Stored data entries
-----
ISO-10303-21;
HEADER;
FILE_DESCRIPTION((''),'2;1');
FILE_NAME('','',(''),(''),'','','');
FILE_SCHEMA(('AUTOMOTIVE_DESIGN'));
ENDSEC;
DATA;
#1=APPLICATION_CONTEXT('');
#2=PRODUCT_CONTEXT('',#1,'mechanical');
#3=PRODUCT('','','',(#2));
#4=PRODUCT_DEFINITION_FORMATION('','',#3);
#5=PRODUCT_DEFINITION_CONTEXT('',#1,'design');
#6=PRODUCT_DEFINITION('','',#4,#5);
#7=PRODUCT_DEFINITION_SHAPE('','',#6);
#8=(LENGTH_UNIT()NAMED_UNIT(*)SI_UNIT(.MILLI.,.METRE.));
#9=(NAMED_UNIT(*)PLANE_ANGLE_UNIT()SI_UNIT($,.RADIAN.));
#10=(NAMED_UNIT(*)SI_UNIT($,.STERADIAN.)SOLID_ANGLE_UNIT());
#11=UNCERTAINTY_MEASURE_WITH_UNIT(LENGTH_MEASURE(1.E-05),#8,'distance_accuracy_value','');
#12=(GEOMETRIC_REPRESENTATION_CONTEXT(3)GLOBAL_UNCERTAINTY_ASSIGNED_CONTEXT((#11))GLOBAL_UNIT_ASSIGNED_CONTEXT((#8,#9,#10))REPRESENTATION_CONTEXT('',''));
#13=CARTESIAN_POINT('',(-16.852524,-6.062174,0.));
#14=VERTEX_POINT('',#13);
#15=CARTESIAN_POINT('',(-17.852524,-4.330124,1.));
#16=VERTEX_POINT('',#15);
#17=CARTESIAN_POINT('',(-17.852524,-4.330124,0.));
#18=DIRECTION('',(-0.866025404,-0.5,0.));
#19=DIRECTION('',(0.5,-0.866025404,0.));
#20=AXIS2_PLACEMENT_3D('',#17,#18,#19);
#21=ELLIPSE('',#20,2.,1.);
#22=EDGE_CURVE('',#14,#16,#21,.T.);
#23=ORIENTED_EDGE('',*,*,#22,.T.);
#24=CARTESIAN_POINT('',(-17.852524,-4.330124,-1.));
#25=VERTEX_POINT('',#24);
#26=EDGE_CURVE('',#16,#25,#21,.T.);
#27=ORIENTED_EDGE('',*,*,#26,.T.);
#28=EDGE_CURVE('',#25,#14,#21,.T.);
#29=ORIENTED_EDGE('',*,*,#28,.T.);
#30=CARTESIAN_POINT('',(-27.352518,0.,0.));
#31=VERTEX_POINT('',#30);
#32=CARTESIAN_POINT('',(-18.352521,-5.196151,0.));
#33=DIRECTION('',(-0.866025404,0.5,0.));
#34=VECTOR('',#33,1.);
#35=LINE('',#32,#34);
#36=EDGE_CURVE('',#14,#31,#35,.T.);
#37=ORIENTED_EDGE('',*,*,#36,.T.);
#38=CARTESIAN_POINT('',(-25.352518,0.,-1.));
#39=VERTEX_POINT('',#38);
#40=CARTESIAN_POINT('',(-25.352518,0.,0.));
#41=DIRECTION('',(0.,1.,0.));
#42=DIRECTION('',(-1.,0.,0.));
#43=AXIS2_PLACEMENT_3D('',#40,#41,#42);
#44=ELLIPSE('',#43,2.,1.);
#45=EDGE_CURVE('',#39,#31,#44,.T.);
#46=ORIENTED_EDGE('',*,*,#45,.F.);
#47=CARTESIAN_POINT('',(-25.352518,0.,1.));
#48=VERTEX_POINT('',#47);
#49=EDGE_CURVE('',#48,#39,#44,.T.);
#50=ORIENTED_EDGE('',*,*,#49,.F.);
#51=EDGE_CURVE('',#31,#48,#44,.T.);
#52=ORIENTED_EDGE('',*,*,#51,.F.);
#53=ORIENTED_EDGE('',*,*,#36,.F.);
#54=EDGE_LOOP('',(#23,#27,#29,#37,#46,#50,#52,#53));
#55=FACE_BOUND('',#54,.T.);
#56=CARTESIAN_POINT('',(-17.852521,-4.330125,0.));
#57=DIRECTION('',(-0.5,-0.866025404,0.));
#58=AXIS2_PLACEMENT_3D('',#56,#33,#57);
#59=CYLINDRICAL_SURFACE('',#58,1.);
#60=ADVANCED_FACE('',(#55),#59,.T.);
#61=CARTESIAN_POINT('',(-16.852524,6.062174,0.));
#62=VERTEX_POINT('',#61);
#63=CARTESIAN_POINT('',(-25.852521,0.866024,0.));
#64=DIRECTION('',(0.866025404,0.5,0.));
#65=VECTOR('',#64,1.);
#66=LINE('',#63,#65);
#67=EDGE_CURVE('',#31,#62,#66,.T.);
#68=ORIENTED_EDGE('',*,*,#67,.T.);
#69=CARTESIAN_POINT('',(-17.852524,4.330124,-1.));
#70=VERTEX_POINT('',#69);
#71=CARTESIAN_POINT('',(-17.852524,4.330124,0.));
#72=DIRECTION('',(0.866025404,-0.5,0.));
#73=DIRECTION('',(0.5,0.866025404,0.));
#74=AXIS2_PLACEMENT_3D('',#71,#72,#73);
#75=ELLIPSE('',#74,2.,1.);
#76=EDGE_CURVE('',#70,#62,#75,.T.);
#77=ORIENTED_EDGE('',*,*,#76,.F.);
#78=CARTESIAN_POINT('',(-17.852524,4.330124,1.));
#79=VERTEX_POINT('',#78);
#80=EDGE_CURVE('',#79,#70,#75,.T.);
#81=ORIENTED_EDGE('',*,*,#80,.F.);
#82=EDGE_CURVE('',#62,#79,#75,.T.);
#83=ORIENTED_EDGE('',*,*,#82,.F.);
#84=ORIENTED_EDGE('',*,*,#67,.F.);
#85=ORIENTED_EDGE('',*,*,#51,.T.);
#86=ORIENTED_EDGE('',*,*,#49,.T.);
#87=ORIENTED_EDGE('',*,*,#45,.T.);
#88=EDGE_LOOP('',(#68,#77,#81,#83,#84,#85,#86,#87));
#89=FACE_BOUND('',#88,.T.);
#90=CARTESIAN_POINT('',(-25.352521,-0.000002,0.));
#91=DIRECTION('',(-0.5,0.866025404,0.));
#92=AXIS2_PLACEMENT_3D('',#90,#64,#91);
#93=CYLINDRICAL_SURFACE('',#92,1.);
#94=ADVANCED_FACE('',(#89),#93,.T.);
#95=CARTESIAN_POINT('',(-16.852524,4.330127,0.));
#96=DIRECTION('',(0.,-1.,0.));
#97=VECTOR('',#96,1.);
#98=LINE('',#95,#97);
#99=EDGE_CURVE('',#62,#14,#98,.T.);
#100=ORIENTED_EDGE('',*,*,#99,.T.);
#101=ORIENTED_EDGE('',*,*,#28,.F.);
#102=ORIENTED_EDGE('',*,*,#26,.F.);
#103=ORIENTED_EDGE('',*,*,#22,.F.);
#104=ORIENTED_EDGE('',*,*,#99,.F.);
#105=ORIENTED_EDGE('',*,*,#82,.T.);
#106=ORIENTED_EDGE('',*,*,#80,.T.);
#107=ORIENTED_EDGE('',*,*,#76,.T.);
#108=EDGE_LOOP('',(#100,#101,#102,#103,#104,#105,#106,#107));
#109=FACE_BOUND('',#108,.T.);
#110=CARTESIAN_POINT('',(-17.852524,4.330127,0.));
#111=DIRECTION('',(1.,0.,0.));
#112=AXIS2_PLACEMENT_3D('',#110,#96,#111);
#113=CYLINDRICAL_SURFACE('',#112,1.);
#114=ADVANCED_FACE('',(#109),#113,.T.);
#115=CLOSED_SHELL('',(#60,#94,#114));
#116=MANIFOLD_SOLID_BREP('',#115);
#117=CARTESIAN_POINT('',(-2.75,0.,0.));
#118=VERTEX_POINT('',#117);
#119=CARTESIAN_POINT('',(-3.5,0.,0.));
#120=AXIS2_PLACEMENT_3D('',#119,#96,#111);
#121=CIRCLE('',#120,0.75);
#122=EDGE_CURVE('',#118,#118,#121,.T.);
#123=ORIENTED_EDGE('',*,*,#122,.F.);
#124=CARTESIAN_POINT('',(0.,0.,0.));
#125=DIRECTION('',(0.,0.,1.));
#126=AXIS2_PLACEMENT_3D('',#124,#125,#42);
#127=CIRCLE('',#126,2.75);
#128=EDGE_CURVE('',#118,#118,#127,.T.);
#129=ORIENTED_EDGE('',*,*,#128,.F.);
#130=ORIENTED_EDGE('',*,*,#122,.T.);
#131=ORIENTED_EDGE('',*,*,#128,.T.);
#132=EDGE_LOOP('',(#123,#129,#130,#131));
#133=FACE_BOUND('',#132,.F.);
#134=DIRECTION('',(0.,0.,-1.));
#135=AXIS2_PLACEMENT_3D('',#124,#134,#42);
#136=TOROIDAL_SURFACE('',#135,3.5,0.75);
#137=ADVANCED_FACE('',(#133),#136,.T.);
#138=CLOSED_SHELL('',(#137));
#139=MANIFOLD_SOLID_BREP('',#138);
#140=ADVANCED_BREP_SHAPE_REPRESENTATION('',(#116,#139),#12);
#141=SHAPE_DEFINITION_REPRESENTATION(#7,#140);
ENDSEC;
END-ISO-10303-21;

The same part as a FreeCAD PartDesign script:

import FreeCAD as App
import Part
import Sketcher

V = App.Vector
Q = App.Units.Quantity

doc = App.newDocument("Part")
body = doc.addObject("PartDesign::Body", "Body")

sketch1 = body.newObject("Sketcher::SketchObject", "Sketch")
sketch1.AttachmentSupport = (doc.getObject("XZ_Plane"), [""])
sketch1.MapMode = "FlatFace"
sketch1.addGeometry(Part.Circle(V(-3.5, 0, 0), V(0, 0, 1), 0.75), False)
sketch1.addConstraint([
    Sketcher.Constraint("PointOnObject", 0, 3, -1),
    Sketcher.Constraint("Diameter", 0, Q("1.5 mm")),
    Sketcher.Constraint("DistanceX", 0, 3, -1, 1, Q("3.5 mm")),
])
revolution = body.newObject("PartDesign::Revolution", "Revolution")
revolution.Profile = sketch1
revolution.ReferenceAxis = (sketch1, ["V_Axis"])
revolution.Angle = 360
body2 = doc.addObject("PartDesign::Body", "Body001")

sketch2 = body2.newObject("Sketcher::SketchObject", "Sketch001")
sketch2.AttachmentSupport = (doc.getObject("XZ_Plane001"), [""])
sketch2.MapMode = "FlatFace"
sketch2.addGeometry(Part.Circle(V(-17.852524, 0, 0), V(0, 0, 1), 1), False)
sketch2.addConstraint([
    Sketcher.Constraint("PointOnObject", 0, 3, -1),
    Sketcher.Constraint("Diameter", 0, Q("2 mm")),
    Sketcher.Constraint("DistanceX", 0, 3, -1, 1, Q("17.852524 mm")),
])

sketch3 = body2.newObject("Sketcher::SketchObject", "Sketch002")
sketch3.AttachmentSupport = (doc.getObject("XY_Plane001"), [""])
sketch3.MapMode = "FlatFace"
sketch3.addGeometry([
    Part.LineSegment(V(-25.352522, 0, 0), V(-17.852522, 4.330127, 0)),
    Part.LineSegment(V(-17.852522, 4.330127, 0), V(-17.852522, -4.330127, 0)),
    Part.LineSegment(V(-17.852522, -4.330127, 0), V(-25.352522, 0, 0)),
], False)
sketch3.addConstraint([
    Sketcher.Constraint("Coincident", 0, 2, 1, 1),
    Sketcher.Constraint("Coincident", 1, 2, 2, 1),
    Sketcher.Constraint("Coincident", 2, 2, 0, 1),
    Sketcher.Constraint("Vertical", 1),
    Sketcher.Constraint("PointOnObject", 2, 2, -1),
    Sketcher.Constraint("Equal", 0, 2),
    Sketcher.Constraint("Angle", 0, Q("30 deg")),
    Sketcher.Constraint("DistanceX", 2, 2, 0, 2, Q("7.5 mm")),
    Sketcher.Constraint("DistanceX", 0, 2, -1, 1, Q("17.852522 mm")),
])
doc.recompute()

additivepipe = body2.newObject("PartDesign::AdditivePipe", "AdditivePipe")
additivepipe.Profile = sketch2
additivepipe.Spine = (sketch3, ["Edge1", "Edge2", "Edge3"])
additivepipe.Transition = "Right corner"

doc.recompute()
-----
● **To do**: Write down exactly the span of lines above from the one containing "#26=EDGE_CURVE('',#16,#25,#21,.T.);" to the one containing "#63=CARTESIAN_POINT('',(-25.852521,0.866024,0.));", both ends included.

● **Solution**:
#26=EDGE_CURVE('',#16,#25,#21,.T.);
#27=ORIENTED_EDGE('',*,*,#26,.T.);
#28=EDGE_CURVE('',#25,#14,#21,.T.);
#29=ORIENTED_EDGE('',*,*,#28,.T.);
#30=CARTESIAN_POINT('',(-27.352518,0.,0.));
#31=VERTEX_POINT('',#30);
#32=CARTESIAN_POINT('',(-18.352521,-5.196151,0.));
#33=DIRECTION('',(-0.866025404,0.5,0.));
#34=VECTOR('',#33,1.);
#35=LINE('',#32,#34);
#36=EDGE_CURVE('',#14,#31,#35,.T.);
#37=ORIENTED_EDGE('',*,*,#36,.T.);
#38=CARTESIAN_POINT('',(-25.352518,0.,-1.));
#39=VERTEX_POINT('',#38);
#40=CARTESIAN_POINT('',(-25.352518,0.,0.));
#41=DIRECTION('',(0.,1.,0.));
#42=DIRECTION('',(-1.,0.,0.));
#43=AXIS2_PLACEMENT_3D('',#40,#41,#42);
#44=ELLIPSE('',#43,2.,1.);
#45=EDGE_CURVE('',#39,#31,#44,.T.);
#46=ORIENTED_EDGE('',*,*,#45,.F.);
#47=CARTESIAN_POINT('',(-25.352518,0.,1.));
#48=VERTEX_POINT('',#47);
#49=EDGE_CURVE('',#48,#39,#44,.T.);
#50=ORIENTED_EDGE('',*,*,#49,.F.);
#51=EDGE_CURVE('',#31,#48,#44,.T.);
#52=ORIENTED_EDGE('',*,*,#51,.F.);
#53=ORIENTED_EDGE('',*,*,#36,.F.);
#54=EDGE_LOOP('',(#23,#27,#29,#37,#46,#50,#52,#53));
#55=FACE_BOUND('',#54,.T.);
#56=CARTESIAN_POINT('',(-17.852521,-4.330125,0.));
#57=DIRECTION('',(-0.5,-0.866025404,0.));
#58=AXIS2_PLACEMENT_3D('',#56,#33,#57);
#59=CYLINDRICAL_SURFACE('',#58,1.);
#60=ADVANCED_FACE('',(#55),#59,.T.);
#61=CARTESIAN_POINT('',(-16.852524,6.062174,0.));
#62=VERTEX_POINT('',#61);
#63=CARTESIAN_POINT('',(-25.852521,0.866024,0.));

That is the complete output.